[Records from a data collection]
════════
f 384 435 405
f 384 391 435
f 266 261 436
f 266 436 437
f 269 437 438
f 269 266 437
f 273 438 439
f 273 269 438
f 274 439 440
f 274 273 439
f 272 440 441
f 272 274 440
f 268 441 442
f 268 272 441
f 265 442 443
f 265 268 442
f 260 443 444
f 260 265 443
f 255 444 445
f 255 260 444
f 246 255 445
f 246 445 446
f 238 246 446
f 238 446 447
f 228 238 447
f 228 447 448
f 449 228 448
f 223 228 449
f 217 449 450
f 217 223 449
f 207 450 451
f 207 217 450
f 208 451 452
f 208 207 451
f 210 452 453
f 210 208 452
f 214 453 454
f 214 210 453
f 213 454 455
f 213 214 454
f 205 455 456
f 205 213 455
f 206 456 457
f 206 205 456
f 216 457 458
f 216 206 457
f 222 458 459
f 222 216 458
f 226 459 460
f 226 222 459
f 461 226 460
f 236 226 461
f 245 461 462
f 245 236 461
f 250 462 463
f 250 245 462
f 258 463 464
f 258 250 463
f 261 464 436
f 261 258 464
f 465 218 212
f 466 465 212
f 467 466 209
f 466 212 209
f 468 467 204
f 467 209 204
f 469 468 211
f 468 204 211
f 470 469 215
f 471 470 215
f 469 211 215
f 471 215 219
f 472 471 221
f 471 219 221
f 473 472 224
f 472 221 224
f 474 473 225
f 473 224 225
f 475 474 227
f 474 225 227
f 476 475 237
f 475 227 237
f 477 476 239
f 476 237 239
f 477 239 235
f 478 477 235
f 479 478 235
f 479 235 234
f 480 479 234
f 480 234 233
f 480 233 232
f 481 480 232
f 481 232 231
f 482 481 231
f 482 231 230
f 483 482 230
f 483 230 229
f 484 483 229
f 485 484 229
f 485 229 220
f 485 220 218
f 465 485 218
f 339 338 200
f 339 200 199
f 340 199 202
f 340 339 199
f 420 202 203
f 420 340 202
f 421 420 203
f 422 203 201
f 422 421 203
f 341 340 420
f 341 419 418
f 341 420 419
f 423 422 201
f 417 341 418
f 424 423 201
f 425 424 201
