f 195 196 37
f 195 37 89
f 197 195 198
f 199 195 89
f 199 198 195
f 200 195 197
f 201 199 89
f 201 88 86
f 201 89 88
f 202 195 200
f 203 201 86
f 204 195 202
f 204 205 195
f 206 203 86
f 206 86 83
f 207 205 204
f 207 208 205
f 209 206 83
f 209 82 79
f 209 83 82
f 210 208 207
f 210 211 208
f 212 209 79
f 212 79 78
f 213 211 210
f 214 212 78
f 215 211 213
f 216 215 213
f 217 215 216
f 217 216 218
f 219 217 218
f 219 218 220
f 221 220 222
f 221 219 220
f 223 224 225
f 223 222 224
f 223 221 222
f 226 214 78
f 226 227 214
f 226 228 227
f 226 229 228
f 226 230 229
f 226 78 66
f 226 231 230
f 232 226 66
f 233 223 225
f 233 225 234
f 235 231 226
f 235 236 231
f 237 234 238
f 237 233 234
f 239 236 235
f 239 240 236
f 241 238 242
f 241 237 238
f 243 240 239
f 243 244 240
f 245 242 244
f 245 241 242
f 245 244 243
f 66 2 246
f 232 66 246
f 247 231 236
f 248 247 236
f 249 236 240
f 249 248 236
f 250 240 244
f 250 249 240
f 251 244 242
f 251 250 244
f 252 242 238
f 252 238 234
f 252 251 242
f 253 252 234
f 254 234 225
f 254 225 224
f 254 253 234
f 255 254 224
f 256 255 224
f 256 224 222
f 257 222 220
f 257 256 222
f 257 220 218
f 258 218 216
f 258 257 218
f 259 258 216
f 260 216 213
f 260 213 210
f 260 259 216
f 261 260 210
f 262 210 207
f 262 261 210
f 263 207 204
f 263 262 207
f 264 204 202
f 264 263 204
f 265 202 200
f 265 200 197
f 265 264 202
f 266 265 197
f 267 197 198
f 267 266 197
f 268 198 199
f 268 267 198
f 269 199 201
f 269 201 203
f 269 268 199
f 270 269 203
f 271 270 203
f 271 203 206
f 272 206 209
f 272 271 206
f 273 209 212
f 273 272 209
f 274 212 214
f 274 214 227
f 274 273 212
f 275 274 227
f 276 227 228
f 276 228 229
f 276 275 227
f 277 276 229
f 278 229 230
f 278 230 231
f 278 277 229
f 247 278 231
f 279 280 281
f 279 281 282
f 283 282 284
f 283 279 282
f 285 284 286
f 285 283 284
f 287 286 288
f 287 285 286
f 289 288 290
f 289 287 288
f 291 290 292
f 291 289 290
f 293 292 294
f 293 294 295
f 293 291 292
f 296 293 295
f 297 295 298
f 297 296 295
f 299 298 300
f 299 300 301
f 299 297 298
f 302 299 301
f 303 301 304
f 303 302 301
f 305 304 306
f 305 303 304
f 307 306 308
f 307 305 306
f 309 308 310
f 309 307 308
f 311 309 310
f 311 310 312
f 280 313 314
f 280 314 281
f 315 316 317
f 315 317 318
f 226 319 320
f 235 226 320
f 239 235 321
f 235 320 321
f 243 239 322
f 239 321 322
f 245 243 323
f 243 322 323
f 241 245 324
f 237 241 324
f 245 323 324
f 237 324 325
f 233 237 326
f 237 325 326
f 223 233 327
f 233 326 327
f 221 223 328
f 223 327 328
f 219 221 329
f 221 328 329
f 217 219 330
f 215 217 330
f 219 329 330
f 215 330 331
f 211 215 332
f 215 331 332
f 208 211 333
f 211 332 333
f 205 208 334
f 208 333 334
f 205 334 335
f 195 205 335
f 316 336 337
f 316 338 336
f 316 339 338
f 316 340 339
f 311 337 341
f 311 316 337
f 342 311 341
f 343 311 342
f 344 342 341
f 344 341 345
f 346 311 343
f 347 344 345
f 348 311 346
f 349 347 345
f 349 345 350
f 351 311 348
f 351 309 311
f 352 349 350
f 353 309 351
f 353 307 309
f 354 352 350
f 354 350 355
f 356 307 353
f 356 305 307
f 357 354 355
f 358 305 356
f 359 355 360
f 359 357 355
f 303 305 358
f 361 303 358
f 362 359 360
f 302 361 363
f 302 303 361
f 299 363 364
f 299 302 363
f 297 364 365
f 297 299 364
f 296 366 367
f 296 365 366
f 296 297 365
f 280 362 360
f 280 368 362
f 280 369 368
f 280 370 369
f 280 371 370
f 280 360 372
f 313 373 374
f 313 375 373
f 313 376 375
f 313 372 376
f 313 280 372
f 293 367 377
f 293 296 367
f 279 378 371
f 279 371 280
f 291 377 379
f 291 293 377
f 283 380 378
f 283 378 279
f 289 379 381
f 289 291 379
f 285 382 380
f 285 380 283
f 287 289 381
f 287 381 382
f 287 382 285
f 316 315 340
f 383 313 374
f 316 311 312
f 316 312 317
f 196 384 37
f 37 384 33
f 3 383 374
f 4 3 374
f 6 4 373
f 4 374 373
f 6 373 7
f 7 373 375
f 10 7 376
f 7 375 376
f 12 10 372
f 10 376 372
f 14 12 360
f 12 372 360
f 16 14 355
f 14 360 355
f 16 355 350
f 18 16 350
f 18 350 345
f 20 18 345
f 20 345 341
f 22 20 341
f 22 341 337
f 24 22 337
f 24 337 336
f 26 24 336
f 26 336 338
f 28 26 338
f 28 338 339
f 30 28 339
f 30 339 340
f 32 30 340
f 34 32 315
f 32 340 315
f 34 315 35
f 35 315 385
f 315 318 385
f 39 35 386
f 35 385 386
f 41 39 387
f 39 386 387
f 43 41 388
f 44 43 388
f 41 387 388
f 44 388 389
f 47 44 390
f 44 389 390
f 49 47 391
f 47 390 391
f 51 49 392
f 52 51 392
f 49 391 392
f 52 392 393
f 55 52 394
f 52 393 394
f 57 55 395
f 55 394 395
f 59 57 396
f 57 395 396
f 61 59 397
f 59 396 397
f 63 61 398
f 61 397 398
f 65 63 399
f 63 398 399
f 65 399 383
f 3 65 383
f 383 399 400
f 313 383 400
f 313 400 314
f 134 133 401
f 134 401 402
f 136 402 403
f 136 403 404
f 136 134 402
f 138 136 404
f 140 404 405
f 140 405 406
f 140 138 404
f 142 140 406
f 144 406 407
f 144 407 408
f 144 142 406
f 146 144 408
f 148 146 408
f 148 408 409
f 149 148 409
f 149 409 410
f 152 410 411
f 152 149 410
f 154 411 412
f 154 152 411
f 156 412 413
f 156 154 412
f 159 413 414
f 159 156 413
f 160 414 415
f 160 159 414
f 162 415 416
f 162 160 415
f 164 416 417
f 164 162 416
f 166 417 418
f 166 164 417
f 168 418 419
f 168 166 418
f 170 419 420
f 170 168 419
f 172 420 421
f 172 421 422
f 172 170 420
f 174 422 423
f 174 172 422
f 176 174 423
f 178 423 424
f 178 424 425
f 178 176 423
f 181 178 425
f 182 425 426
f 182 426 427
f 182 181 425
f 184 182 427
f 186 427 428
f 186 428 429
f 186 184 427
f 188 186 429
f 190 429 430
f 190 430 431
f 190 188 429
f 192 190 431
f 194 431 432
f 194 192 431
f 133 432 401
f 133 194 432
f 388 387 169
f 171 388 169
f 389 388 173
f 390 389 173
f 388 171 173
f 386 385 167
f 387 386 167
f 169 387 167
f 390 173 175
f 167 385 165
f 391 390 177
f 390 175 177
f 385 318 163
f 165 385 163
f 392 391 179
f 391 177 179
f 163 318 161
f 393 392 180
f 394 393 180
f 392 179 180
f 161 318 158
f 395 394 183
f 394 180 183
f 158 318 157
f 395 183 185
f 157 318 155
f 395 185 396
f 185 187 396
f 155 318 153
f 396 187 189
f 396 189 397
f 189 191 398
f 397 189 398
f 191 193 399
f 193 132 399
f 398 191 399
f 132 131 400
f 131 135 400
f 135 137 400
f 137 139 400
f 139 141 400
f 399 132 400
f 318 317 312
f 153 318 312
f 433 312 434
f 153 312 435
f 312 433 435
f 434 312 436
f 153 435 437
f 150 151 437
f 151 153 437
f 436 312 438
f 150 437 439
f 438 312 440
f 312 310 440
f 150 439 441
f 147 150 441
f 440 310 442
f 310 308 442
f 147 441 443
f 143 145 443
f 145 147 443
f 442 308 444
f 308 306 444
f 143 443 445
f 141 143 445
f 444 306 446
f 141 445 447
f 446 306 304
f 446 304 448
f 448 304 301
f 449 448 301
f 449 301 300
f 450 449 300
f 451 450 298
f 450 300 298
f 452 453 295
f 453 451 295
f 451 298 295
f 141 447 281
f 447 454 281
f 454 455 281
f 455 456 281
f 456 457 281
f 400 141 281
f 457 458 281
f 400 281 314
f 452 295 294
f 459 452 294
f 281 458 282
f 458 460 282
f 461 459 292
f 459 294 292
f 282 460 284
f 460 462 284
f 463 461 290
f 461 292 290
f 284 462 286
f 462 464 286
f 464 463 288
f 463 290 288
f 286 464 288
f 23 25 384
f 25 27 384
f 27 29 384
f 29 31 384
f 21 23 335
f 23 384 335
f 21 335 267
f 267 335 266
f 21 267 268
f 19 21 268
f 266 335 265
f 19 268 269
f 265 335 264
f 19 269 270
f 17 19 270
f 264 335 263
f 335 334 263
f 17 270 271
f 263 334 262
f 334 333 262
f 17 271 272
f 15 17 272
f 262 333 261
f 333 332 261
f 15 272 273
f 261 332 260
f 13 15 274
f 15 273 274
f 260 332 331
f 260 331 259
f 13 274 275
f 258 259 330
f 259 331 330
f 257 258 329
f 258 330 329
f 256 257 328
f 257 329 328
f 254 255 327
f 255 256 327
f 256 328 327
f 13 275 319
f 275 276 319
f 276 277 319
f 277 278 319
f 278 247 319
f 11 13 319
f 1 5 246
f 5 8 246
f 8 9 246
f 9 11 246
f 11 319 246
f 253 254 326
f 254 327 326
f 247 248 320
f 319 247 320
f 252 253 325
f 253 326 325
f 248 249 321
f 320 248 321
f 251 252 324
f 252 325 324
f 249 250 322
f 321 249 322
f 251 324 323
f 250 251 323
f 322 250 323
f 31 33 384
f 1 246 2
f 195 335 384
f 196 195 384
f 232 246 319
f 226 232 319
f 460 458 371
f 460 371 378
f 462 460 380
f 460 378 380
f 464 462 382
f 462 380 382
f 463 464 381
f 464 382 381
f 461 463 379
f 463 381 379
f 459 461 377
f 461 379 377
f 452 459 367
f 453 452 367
════════
■ REQUIRED ACTION
Using the entries above, output exactly the lines between the line holding "f 161 318 158" and the line holding "f 312 310 440", end lines included, and nothing more.

■ REPLY
f 161 318 158
f 395 394 183
f 394 180 183
f 158 318 157
f 395 183 185
f 157 318 155
f 395 185 396
f 185 187 396
f 155 318 153
f 396 187 189
f 396 189 397
f 189 191 398
f 397 189 398
f 191 193 399
f 193 132 399
f 398 191 399
f 132 131 400
f 131 135 400
f 135 137 400
f 137 139 400
f 139 141 400
f 399 132 400
f 318 317 312
f 153 318 312
f 433 312 434
f 153 312 435
f 312 433 435
f 434 312 436
f 153 435 437
f 150 151 437
f 151 153 437
f 436 312 438
f 150 437 439
f 438 312 440
f 312 310 440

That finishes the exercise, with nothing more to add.